Id. § 22.04(a)(3), (c)(2), (3), (f).

An offense under section 22.04(a) is a result-oriented crime.   Kelly v. State , 748 S.W.2d 236, 239 (Tex. Crim. App. 1988); Maupin v. State , 930 S.W.2d 267, 268 (Tex. App.—Fort Worth 1996, pet. ref’d).  In other words, it is the intent to cause the result—bodily injury to an elderly or disabled person—that is the gravamen of the offense.   Kelly , 748 S.W.2d at 239.  Thus, if the actor is unaware of the elderly or disabled status of the victim, the intent requirement of the statute is not satisfied.  Therefore, the State in this case was required to show by a preponderance of the evidence that appellant intended to injure an elderly or disabled person to support the trial court’s finding of true to the section 22.04(a) allegation in the motion to revoke appellant’s community supervision.

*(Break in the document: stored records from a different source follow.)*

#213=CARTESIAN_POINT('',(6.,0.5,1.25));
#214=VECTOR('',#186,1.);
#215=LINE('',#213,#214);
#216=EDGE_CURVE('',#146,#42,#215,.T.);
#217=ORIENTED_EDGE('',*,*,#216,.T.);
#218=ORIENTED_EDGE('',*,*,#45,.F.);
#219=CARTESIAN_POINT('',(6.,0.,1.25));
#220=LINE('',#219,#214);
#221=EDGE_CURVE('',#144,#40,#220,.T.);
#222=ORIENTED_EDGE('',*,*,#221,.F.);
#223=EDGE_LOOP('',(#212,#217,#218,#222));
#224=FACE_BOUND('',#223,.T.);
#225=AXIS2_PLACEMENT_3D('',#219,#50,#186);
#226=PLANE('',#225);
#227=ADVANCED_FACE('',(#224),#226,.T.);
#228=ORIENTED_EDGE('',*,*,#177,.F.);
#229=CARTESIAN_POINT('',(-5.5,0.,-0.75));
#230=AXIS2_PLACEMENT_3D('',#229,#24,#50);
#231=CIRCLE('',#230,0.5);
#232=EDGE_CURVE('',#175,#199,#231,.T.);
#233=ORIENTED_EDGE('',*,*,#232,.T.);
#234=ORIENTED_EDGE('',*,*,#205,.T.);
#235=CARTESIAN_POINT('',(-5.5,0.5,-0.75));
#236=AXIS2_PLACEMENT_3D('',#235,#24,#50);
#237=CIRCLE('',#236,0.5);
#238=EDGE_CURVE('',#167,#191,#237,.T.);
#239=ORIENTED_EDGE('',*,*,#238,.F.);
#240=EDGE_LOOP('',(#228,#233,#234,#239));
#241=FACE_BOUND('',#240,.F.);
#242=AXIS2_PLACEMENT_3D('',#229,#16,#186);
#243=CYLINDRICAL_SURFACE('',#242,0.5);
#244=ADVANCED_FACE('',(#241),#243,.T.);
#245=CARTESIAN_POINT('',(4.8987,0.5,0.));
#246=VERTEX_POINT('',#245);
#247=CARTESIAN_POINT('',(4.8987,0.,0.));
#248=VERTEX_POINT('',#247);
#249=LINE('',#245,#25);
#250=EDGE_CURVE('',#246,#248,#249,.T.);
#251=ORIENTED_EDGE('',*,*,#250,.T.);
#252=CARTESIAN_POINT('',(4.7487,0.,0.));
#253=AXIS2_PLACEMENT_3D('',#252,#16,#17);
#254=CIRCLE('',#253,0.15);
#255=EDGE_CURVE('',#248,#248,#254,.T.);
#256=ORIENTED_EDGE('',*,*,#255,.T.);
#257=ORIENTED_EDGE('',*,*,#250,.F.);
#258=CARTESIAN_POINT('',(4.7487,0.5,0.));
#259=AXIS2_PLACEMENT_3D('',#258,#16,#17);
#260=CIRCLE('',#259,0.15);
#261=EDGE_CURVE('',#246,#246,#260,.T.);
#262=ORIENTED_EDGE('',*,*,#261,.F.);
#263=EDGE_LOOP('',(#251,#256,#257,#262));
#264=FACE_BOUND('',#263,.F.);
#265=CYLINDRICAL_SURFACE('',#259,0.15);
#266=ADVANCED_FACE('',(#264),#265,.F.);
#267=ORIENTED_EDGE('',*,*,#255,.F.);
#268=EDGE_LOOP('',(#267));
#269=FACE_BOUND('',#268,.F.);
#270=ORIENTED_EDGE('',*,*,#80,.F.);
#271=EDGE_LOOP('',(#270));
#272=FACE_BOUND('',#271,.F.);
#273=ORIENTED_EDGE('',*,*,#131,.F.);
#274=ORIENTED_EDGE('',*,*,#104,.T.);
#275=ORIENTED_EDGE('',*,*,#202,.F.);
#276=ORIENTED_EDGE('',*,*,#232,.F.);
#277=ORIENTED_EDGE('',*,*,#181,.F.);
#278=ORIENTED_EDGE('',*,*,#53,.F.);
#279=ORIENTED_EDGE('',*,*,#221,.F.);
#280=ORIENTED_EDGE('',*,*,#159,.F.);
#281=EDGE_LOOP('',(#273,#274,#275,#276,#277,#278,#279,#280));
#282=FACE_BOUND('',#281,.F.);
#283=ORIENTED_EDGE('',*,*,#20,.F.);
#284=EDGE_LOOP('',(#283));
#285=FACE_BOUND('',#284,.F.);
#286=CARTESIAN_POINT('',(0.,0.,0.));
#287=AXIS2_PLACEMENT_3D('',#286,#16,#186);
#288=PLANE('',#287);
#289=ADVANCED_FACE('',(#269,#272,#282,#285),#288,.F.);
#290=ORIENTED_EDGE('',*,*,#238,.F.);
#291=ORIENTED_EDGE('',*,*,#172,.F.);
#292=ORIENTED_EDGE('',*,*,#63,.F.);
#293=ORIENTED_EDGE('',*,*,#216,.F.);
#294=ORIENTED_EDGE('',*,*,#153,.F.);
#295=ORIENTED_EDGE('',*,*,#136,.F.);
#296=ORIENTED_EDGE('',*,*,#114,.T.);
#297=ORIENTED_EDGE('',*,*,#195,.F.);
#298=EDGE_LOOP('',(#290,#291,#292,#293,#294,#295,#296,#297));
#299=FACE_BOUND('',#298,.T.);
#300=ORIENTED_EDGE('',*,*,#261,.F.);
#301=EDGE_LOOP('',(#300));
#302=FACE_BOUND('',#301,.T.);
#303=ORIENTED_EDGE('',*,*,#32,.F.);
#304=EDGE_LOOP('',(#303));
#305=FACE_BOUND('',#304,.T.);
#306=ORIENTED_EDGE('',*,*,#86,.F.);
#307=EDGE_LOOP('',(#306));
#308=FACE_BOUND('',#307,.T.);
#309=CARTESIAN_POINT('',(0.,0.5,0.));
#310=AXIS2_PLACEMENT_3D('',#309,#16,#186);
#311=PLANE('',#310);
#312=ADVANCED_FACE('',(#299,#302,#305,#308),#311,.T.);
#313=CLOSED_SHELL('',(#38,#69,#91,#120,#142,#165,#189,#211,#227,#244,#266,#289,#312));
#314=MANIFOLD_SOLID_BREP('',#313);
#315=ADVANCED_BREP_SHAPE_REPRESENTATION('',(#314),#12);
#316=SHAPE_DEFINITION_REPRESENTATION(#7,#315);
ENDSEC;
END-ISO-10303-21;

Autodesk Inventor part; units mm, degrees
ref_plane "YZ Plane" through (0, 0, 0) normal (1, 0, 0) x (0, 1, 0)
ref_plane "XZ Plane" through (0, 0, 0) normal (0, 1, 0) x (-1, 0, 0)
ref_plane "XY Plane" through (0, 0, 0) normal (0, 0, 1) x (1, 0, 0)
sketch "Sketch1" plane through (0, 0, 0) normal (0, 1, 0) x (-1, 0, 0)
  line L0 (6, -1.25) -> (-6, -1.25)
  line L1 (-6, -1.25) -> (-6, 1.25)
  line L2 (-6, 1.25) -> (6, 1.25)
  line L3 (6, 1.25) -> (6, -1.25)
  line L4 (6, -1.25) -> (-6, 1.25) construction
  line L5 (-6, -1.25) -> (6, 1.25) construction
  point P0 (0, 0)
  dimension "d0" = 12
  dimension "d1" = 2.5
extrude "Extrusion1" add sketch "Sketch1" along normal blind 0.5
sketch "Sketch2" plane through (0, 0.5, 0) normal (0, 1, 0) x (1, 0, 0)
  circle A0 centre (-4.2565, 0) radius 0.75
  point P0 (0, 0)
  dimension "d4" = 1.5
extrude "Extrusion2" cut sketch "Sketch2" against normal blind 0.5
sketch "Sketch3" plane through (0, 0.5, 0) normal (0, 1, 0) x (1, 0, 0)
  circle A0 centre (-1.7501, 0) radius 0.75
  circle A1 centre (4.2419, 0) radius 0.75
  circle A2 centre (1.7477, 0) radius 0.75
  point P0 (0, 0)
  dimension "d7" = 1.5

The record shows that Mr. Carnes is over sixty-five years old and blind.  It further shows that appellant lived next door to the Carneses for about eight years and that he knew them on a first-name basis.  Mr. Carnes was familiar enough with appellant to recognize him by the sound of his voice.  Mrs. Carnes testified that she had to help her elderly, blind husband to the door so that he could talk to appellant.  At a minimum, this evidence is sufficient to prove by a preponderance of the evidence that appellant knew that Mr. Carnes was blind.  Thus, the trial court did not abuse its discretion by revoking appellant’s community supervision.

Appellant’s point is overruled.  We affirm the judgment of the trial court.

JOHN CAYCE

CHIEF JUSTICE

PANEL F: CAYCE, C.J.; LIVINGSTON and DAUPHINOT, JJ.